(Data entries)
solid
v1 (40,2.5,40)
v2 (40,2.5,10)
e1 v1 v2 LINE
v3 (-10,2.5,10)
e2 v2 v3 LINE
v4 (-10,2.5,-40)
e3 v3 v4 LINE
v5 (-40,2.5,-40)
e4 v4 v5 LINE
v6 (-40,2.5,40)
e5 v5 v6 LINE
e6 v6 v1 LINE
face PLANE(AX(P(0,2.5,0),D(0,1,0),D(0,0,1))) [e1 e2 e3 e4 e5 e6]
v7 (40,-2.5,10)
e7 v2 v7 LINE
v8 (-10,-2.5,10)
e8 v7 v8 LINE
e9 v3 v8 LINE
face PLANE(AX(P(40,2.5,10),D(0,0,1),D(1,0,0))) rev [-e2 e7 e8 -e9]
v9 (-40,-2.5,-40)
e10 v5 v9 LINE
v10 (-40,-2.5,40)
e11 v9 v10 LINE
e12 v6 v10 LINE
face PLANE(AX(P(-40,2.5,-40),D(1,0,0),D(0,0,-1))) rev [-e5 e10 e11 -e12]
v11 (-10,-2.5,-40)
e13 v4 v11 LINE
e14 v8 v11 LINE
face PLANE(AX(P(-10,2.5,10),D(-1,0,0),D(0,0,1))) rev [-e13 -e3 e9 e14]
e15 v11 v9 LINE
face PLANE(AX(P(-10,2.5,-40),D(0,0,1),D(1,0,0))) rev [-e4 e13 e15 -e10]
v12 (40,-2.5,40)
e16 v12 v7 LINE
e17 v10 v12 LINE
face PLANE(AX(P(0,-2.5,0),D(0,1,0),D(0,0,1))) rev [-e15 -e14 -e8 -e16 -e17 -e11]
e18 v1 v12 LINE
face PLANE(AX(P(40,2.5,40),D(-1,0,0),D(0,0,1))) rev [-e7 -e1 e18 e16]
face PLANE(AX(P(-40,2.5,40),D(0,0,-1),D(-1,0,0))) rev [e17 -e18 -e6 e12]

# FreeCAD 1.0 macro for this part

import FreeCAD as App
import Part
import Sketcher

V = App.Vector
Q = App.Units.Quantity


def add_polygon(sketch, points):
    """Adds a closed chain of lines whose ends are joined by coincident constraints."""
    first, n = sketch.GeometryCount, len(points)
    for a, b in zip(points, points[1:] + points[:1]):
        sketch.addGeometry(Part.LineSegment(App.Vector(*a, 0), App.Vector(*b, 0)), False)
    for i in range(n):
        sketch.addConstraint(Sketcher.Constraint("Coincident", first + i, 2, first + (i + 1) % n, 1))

doc = App.newDocument("Part")
body = doc.addObject("PartDesign::Body", "Body")

# Sketch on XZ plane
sketch1 = doc.addObject("Sketcher::SketchObject", "Sketch")
body.addObject(sketch1)
sketch1.AttachmentSupport = (doc.XZ_Plane, [""])
sketch1.MapMode = "FlatFace"
add_polygon(sketch1, [(-40, -40), (-40, 40), (40, 40), (40, 10), (-10, 10), (-10, -40)])  # lines 0-5
sketch1.addConstraint(Sketcher.Constraint("Vertical", 0))
sketch1.addConstraint(Sketcher.Constraint("Horizontal", 1))
sketch1.addConstraint(Sketcher.Constraint("Vertical", 2))
sketch1.addConstraint(Sketcher.Constraint("Horizontal", 3))
sketch1.addConstraint(Sketcher.Constraint("Vertical", 4))
sketch1.addConstraint(Sketcher.Constraint("Horizontal", 5))
sketch1.addConstraint(Sketcher.Constraint("Symmetric", 1, 2, 5, 2, -1, 1))
sketch1.addConstraint(Sketcher.Constraint("Equal", 1, 0))
sketch1.addConstraint(Sketcher.Constraint("Equal", 5, 2))
sketch1.addConstraint(Sketcher.Constraint("DistanceX", 1, 1, 1, 2, Q("80 mm")))
sketch1.addConstraint(Sketcher.Constraint("DistanceX", 3, 2, 3, 1, Q("50 mm")))
pad1 = doc.addObject("PartDesign::Pad", "Pad")
body.addObject(pad1)
pad1.Profile = sketch1
pad1.Length = 5
pad1.Midplane = True

doc.recompute()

* _TASK DETAILS_:
Write the records out precisely, omitting nothing.

* _ANSWER SECTION_:
solid
v1 (40,2.5,40)
v2 (40,2.5,10)
e1 v1 v2 LINE
v3 (-10,2.5,10)
e2 v2 v3 LINE
v4 (-10,2.5,-40)
e3 v3 v4 LINE
v5 (-40,2.5,-40)
e4 v4 v5 LINE
v6 (-40,2.5,40)
e5 v5 v6 LINE
e6 v6 v1 LINE
face PLANE(AX(P(0,2.5,0),D(0,1,0),D(0,0,1))) [e1 e2 e3 e4 e5 e6]
v7 (40,-2.5,10)
e7 v2 v7 LINE
v8 (-10,-2.5,10)
e8 v7 v8 LINE
e9 v3 v8 LINE
face PLANE(AX(P(40,2.5,10),D(0,0,1),D(1,0,0))) rev [-e2 e7 e8 -e9]
v9 (-40,-2.5,-40)
e10 v5 v9 LINE
v10 (-40,-2.5,40)
e11 v9 v10 LINE
e12 v6 v10 LINE
face PLANE(AX(P(-40,2.5,-40),D(1,0,0),D(0,0,-1))) rev [-e5 e10 e11 -e12]
v11 (-10,-2.5,-40)
e13 v4 v11 LINE
e14 v8 v11 LINE
face PLANE(AX(P(-10,2.5,10),D(-1,0,0),D(0,0,1))) rev [-e13 -e3 e9 e14]
e15 v11 v9 LINE
face PLANE(AX(P(-10,2.5,-40),D(0,0,1),D(1,0,0))) rev [-e4 e13 e15 -e10]
v12 (40,-2.5,40)
e16 v12 v7 LINE
e17 v10 v12 LINE
face PLANE(AX(P(0,-2.5,0),D(0,1,0),D(0,0,1))) rev [-e15 -e14 -e8 -e16 -e17 -e11]
e18 v1 v12 LINE
face PLANE(AX(P(40,2.5,40),D(-1,0,0),D(0,0,1))) rev [-e7 -e1 e18 e16]
face PLANE(AX(P(-40,2.5,40),D(0,0,-1),D(-1,0,0))) rev [e17 -e18 -e6 e12]

# FreeCAD 1.0 macro for this part

import FreeCAD as App
import Part
import Sketcher

V = App.Vector
Q = App.Units.Quantity


def add_polygon(sketch, points):
    """Adds a closed chain of lines whose ends are joined by coincident constraints."""
    first, n = sketch.GeometryCount, len(points)
    for a, b in zip(points, points[1:] + points[:1]):
        sketch.addGeometry(Part.LineSegment(App.Vector(*a, 0), App.Vector(*b, 0)), False)
    for i in range(n):
        sketch.addConstraint(Sketcher.Constraint("Coincident", first + i, 2, first + (i + 1) % n, 1))

doc = App.newDocument("Part")
body = doc.addObject("PartDesign::Body", "Body")

# Sketch on XZ plane
sketch1 = doc.addObject("Sketcher::SketchObject", "Sketch")
body.addObject(sketch1)
sketch1.AttachmentSupport = (doc.XZ_Plane, [""])
sketch1.MapMode = "FlatFace"
add_polygon(sketch1, [(-40, -40), (-40, 40), (40, 40), (40, 10), (-10, 10), (-10, -40)])  # lines 0-5
sketch1.addConstraint(Sketcher.Constraint("Vertical", 0))
sketch1.addConstraint(Sketcher.Constraint("Horizontal", 1))
sketch1.addConstraint(Sketcher.Constraint("Vertical", 2))
sketch1.addConstraint(Sketcher.Constraint("Horizontal", 3))
sketch1.addConstraint(Sketcher.Constraint("Vertical", 4))
sketch1.addConstraint(Sketcher.Constraint("Horizontal", 5))
sketch1.addConstraint(Sketcher.Constraint("Symmetric", 1, 2, 5, 2, -1, 1))
sketch1.addConstraint(Sketcher.Constraint("Equal", 1, 0))
sketch1.addConstraint(Sketcher.Constraint("Equal", 5, 2))
sketch1.addConstraint(Sketcher.Constraint("DistanceX", 1, 1, 1, 2, Q("80 mm")))
sketch1.addConstraint(Sketcher.Constraint("DistanceX", 3, 2, 3, 1, Q("50 mm")))
pad1 = doc.addObject("PartDesign::Pad", "Pad")
body.addObject(pad1)
pad1.Profile = sketch1
pad1.Length = 5
pad1.Midplane = True

doc.recompute()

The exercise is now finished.